DATA SECTION:
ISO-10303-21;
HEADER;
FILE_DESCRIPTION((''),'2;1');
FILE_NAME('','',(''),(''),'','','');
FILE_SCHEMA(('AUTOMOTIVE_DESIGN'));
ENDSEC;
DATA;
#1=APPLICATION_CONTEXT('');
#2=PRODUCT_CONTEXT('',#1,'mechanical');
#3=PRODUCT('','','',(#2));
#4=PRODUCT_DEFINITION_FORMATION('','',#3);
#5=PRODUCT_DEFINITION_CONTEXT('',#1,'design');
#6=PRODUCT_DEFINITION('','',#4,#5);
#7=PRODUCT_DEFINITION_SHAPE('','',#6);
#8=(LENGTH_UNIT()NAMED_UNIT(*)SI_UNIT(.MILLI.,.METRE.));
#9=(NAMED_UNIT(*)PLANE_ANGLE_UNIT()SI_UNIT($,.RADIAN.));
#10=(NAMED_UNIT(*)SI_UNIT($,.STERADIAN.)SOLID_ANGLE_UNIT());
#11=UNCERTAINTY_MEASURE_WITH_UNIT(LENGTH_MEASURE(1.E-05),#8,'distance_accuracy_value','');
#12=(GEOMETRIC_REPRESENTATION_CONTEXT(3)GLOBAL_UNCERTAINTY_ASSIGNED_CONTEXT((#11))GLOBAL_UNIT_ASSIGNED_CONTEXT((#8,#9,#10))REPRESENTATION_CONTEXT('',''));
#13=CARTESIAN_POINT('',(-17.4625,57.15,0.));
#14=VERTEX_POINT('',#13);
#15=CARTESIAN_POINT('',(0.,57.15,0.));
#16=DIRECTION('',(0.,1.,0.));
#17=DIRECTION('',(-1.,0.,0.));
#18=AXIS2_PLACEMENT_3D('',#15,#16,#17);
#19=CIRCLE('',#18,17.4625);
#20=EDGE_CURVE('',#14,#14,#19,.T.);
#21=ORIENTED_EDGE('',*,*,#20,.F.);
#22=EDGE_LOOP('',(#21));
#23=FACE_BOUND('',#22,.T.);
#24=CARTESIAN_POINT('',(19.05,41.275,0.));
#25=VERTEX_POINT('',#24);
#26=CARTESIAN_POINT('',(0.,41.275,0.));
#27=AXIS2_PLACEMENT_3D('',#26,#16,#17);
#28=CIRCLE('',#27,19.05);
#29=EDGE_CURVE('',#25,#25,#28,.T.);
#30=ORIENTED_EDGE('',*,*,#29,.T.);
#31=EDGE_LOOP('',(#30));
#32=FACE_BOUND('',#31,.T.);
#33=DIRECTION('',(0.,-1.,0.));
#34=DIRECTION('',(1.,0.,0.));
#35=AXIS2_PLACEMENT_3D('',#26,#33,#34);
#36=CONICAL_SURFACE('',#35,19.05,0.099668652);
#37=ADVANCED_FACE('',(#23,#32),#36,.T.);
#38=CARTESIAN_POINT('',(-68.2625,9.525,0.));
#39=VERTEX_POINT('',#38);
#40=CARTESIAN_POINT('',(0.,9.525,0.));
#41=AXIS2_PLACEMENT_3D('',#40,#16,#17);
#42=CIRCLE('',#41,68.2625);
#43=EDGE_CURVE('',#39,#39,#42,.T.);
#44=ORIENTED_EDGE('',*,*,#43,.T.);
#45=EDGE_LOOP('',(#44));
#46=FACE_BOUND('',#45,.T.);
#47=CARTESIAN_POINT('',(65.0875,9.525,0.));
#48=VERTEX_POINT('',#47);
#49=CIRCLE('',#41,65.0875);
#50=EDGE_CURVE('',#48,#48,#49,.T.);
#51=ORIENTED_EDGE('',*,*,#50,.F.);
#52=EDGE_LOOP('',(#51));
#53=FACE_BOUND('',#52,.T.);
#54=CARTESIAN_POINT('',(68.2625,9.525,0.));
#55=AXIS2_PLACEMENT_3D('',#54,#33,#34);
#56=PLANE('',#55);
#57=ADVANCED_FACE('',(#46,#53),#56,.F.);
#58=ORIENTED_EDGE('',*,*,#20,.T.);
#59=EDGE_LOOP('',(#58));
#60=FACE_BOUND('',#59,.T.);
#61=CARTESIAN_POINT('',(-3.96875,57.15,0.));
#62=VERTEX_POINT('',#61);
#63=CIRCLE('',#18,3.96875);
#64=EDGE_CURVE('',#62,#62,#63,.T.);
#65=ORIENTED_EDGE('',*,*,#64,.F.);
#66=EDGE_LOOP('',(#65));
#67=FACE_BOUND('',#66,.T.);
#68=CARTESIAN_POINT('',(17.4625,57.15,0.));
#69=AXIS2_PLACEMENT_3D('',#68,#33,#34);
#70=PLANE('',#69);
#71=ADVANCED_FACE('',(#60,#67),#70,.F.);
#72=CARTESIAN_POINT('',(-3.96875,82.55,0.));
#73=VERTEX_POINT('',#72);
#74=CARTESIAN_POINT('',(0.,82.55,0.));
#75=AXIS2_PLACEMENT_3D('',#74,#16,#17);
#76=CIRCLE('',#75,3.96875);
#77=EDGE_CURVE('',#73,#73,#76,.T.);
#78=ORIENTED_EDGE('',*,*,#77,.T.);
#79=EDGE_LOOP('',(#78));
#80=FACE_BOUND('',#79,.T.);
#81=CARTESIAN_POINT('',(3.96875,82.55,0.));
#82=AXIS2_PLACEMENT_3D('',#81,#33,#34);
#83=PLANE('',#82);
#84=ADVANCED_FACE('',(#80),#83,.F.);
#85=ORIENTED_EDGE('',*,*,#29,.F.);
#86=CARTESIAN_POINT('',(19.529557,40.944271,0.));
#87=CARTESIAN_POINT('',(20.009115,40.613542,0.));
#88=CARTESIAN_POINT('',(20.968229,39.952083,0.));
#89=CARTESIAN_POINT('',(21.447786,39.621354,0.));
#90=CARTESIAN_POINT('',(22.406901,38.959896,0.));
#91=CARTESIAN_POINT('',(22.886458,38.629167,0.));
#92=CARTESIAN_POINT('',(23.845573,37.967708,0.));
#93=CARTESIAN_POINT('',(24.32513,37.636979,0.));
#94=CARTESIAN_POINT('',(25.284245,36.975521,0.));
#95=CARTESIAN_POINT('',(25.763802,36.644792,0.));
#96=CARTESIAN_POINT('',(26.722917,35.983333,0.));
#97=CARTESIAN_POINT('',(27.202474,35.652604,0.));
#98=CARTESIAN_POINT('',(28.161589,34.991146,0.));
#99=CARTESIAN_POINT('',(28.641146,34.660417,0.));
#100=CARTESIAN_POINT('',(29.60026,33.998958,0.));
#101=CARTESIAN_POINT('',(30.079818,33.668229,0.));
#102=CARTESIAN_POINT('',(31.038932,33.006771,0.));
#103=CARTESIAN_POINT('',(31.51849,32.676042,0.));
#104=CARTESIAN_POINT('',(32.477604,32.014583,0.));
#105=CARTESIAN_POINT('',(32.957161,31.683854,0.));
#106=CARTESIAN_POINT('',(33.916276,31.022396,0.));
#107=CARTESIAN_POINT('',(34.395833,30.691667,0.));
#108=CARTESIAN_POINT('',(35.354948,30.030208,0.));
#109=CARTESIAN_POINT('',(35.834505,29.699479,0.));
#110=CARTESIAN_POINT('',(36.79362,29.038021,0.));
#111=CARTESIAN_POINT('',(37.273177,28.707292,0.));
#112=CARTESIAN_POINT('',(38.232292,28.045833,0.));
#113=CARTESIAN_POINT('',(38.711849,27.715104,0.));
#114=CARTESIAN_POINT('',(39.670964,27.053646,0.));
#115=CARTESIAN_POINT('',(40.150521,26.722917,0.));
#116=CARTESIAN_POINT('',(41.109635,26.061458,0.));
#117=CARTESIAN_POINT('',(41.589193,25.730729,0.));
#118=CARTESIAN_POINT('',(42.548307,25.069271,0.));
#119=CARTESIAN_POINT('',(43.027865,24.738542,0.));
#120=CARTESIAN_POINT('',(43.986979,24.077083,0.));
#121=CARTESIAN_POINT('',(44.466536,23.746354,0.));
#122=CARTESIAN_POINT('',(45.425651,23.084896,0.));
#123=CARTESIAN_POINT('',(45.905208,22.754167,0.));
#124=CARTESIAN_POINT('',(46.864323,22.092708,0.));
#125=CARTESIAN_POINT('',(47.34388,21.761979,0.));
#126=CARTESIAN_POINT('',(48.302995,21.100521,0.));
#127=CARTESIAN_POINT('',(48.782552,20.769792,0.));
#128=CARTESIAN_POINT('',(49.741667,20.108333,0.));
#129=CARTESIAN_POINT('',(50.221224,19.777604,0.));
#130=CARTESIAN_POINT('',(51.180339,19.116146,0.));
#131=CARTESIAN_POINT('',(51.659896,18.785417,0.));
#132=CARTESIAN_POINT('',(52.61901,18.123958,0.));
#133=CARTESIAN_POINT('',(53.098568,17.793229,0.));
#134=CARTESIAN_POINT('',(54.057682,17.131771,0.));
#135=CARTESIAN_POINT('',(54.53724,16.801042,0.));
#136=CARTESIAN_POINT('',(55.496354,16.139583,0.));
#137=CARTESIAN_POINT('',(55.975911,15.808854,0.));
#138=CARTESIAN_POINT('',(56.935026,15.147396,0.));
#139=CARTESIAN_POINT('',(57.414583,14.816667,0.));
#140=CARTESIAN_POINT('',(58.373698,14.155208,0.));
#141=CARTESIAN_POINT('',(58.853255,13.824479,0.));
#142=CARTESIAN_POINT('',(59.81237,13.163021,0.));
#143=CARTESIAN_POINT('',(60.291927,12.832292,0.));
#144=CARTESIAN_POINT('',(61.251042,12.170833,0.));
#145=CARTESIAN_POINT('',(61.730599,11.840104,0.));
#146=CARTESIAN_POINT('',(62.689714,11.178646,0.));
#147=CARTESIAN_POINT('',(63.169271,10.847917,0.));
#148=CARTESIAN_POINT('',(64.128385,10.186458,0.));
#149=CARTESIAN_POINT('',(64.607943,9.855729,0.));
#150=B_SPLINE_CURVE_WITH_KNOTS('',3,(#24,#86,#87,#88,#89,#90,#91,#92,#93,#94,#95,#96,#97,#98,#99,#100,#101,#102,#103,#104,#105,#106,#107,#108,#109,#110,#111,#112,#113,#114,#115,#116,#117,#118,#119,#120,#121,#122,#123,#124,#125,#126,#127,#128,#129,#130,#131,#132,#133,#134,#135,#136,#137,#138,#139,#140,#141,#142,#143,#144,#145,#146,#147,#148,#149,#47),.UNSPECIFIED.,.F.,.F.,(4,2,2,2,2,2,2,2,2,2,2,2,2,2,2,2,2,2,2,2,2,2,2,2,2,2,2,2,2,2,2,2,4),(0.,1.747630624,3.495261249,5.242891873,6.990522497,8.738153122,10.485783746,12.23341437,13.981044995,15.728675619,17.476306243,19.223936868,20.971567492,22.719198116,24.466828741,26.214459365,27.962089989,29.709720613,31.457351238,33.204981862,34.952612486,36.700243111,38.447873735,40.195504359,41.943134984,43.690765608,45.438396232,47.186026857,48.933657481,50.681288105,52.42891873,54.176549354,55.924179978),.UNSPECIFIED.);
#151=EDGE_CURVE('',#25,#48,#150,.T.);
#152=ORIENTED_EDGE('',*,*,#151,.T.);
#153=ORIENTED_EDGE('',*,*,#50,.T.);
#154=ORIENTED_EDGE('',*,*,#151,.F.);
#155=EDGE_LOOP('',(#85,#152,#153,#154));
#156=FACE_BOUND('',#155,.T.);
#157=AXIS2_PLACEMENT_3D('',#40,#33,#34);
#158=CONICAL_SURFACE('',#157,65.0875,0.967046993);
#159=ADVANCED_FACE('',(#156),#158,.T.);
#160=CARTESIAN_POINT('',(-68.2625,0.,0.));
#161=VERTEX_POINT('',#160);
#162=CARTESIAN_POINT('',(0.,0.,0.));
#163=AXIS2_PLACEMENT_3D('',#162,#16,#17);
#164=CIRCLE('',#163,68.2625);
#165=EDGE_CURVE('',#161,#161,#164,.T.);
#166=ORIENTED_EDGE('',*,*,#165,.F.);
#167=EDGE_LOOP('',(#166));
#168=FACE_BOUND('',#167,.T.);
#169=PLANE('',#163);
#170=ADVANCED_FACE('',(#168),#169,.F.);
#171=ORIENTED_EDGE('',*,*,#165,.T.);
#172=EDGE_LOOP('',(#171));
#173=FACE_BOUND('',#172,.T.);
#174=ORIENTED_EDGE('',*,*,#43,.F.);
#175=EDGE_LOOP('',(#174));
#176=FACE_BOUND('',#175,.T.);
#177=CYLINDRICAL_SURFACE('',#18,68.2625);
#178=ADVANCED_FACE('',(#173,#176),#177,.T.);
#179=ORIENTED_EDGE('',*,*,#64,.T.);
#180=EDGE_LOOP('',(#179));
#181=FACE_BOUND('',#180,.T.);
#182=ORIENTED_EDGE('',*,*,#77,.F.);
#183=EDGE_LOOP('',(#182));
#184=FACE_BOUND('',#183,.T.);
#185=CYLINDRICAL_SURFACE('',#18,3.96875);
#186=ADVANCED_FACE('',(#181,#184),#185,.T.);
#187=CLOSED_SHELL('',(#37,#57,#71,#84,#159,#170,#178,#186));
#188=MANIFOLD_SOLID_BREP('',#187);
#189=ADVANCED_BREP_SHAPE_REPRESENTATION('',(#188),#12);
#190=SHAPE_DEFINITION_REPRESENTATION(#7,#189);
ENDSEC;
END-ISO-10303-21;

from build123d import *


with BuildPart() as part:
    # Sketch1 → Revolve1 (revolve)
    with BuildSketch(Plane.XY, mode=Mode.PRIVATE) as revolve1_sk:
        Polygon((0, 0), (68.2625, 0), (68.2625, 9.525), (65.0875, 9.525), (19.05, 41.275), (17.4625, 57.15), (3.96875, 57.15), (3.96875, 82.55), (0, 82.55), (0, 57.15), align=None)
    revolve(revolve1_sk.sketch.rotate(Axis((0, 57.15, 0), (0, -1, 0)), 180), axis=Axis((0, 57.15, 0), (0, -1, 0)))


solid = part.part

TASK: Output the line bearing "#179=ORIENTED_EDGE('',*,*,#64,.T.);" along with all the lines after it through the end of the entries, exactly, and no other lines.

TASK OUTPUT:
#179=ORIENTED_EDGE('',*,*,#64,.T.);
#180=EDGE_LOOP('',(#179));
#181=FACE_BOUND('',#180,.T.);
#182=ORIENTED_EDGE('',*,*,#77,.F.);
#183=EDGE_LOOP('',(#182));
#184=FACE_BOUND('',#183,.T.);
#185=CYLINDRICAL_SURFACE('',#18,3.96875);
#186=ADVANCED_FACE('',(#181,#184),#185,.T.);
#187=CLOSED_SHELL('',(#37,#57,#71,#84,#159,#170,#178,#186));
#188=MANIFOLD_SOLID_BREP('',#187);
#189=ADVANCED_BREP_SHAPE_REPRESENTATION('',(#188),#12);
#190=SHAPE_DEFINITION_REPRESENTATION(#7,#189);
ENDSEC;
END-ISO-10303-21;

from build123d import *


with BuildPart() as part:
    # Sketch1 → Revolve1 (revolve)
    with BuildSketch(Plane.XY, mode=Mode.PRIVATE) as revolve1_sk:
        Polygon((0, 0), (68.2625, 0), (68.2625, 9.525), (65.0875, 9.525), (19.05, 41.275), (17.4625, 57.15), (3.96875, 57.15), (3.96875, 82.55), (0, 82.55), (0, 57.15), align=None)
    revolve(revolve1_sk.sketch.rotate(Axis((0, 57.15, 0), (0, -1, 0)), 180), axis=Axis((0, 57.15, 0), (0, -1, 0)))


solid = part.part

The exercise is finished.